▶ [Exercise] The answer must consist only of the lines from the line with "#25=AXIS2_PLACEMENT_3D('',#17,#24,#19);" to the line with "#35=CIRCLE('',#20,19.05);", both included, exactly as they stand below.
....................
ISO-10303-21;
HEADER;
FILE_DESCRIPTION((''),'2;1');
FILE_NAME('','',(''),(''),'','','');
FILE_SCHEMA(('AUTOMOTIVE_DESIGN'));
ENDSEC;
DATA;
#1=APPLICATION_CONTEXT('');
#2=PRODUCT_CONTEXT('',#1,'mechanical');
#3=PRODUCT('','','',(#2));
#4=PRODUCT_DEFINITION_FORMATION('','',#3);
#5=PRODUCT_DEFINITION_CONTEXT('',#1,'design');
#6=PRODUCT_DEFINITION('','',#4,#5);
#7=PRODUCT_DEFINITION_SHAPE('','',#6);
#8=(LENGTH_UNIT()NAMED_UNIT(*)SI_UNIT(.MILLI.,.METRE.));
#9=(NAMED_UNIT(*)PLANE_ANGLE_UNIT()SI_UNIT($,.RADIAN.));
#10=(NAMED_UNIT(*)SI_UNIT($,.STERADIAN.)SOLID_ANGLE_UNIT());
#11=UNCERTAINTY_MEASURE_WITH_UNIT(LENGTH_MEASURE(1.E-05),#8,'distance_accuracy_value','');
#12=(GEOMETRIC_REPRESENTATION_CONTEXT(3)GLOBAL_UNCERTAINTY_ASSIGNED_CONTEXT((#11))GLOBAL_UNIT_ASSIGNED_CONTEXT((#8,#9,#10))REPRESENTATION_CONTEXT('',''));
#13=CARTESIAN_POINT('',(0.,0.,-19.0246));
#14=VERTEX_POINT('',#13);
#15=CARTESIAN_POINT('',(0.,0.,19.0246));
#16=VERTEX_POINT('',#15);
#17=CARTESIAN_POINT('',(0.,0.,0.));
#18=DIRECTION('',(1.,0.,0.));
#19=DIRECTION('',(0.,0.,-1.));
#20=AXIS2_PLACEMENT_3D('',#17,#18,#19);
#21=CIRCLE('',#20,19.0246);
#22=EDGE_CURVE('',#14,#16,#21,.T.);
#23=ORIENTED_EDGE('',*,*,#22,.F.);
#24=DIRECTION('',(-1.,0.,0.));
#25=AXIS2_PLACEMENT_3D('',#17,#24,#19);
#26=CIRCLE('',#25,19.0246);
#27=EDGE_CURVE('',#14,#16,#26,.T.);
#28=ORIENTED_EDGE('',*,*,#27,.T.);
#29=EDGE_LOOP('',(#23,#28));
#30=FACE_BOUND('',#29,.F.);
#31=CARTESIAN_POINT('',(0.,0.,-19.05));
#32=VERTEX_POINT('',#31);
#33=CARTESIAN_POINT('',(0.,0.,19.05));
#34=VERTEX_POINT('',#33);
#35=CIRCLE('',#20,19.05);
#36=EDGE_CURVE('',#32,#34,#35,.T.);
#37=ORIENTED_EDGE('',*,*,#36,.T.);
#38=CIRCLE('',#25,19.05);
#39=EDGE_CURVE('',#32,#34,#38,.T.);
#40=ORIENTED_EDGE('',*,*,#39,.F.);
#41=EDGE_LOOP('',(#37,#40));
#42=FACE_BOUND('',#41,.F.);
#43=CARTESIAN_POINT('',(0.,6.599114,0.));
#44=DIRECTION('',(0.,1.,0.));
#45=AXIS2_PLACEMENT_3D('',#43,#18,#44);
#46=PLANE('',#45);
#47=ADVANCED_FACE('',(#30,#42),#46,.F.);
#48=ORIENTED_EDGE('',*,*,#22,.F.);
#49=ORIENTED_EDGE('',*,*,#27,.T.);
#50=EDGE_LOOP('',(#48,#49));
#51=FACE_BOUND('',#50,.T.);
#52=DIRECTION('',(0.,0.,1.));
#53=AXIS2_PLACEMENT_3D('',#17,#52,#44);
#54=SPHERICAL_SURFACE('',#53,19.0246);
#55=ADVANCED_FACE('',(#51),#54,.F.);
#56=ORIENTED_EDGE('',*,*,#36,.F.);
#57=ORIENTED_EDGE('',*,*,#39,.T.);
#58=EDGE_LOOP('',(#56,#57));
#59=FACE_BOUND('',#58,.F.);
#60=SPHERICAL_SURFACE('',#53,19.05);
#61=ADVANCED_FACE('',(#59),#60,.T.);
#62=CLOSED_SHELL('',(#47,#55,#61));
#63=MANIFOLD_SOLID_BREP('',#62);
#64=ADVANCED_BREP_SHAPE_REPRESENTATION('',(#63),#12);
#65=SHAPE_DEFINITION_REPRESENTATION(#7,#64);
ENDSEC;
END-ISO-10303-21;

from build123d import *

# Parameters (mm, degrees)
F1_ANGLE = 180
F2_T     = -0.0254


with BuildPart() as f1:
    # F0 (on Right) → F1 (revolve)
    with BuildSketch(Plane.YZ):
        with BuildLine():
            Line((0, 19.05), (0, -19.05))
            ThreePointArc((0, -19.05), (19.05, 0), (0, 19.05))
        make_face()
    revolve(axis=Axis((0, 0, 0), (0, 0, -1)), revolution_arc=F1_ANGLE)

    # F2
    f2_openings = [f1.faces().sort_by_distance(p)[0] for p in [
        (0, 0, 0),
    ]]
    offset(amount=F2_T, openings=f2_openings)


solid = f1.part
....................
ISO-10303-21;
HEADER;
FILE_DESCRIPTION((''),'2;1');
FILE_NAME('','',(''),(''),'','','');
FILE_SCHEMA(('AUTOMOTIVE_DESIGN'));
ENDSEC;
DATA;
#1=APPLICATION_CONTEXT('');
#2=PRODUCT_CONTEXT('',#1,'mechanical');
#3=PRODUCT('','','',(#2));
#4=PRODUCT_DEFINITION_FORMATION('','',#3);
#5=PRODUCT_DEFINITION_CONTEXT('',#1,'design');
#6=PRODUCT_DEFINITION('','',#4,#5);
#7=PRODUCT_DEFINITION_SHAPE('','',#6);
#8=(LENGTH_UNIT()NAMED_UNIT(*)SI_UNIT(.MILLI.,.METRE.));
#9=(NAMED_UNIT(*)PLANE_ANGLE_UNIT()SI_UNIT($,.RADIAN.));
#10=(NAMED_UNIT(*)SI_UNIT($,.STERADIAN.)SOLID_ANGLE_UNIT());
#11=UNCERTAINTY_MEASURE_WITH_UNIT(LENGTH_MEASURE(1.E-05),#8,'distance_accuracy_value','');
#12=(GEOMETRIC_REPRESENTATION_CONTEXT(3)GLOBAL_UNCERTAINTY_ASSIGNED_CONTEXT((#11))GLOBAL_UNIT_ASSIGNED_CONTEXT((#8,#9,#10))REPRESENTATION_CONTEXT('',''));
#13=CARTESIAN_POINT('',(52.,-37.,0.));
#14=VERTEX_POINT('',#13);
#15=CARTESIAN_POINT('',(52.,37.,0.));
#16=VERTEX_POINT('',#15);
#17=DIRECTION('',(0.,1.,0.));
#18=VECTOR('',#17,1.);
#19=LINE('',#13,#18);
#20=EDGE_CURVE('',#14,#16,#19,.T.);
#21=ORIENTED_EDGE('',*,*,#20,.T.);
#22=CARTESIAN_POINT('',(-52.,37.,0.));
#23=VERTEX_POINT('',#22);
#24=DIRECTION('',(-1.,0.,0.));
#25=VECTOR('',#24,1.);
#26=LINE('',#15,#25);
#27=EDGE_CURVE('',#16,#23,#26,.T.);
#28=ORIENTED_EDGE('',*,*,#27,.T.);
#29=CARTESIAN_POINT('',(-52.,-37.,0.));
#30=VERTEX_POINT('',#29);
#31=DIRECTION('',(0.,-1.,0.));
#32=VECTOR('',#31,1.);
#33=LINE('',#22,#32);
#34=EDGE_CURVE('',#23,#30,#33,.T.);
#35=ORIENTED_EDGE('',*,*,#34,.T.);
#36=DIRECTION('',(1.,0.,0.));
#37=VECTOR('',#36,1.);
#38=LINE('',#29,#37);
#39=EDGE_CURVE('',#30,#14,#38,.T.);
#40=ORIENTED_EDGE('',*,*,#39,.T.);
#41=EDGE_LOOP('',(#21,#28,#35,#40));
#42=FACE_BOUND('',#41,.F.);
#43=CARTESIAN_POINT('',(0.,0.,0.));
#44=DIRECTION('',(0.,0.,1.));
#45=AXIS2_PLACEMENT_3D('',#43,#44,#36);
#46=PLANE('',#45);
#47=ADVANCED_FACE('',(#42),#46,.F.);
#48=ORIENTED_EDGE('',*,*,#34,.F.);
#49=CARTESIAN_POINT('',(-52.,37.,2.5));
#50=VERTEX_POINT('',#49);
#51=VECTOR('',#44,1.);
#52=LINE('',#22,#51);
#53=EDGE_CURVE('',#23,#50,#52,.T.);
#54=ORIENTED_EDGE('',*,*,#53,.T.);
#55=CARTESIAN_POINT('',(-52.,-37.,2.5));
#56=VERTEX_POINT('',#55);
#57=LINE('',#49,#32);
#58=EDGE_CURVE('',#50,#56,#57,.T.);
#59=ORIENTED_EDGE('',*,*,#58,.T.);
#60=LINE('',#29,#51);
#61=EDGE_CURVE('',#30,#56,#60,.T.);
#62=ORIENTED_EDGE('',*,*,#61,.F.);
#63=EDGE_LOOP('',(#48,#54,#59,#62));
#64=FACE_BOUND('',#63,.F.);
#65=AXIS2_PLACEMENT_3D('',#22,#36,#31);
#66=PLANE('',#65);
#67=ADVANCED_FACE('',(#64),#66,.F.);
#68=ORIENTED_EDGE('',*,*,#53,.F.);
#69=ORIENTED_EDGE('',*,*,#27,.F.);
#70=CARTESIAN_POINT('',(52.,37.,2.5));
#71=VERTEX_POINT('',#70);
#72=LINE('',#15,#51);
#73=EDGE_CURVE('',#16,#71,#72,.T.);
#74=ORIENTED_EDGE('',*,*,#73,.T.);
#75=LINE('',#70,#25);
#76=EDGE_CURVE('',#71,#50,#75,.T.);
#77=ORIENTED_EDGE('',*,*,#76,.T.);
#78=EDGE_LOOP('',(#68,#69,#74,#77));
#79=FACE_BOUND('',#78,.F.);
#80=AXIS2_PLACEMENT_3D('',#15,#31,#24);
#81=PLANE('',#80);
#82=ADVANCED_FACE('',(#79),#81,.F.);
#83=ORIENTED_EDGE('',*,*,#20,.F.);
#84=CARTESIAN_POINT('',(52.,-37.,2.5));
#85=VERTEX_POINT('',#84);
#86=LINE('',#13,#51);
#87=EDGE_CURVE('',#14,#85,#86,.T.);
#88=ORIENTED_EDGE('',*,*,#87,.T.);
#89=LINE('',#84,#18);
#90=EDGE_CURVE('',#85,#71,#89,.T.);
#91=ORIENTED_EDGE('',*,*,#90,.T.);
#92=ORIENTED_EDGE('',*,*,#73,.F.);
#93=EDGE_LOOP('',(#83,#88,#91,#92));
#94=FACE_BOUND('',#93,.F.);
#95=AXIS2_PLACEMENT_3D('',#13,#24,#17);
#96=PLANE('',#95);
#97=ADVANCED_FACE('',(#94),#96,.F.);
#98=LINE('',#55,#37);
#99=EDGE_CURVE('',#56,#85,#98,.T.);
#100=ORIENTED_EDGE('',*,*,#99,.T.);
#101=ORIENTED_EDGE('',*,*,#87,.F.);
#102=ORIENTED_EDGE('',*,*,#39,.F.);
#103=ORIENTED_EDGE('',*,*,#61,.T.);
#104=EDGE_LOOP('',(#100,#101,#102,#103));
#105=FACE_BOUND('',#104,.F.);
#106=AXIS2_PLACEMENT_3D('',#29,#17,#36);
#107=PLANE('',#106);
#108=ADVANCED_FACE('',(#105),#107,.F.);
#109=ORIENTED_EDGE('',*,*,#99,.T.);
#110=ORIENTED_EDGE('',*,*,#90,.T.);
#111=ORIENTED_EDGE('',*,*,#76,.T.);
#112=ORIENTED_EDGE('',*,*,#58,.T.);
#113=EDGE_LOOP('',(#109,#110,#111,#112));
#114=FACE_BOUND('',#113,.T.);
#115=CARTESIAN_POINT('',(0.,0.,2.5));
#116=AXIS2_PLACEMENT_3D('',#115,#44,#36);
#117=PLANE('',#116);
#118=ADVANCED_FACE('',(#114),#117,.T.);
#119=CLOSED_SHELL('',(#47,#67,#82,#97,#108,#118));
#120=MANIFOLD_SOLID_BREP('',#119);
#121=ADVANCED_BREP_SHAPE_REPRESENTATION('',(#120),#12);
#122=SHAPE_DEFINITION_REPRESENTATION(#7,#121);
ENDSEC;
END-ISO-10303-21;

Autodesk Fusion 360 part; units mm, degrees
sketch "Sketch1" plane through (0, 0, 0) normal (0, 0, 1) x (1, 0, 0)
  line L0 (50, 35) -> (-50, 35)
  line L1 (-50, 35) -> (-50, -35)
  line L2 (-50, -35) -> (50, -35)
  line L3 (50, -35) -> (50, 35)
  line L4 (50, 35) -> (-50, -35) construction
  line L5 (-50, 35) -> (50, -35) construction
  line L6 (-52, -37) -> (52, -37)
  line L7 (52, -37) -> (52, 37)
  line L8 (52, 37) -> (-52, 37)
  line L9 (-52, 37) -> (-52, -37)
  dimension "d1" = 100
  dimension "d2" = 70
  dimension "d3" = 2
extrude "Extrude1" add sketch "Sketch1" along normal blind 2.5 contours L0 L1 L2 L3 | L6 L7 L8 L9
....................
▶ [Written solution]
#25=AXIS2_PLACEMENT_3D('',#17,#24,#19);
#26=CIRCLE('',#25,19.0246);
#27=EDGE_CURVE('',#14,#16,#26,.T.);
#28=ORIENTED_EDGE('',*,*,#27,.T.);
#29=EDGE_LOOP('',(#23,#28));
#30=FACE_BOUND('',#29,.F.);
#31=CARTESIAN_POINT('',(0.,0.,-19.05));
#32=VERTEX_POINT('',#31);
#33=CARTESIAN_POINT('',(0.,0.,19.05));
#34=VERTEX_POINT('',#33);
#35=CIRCLE('',#20,19.05);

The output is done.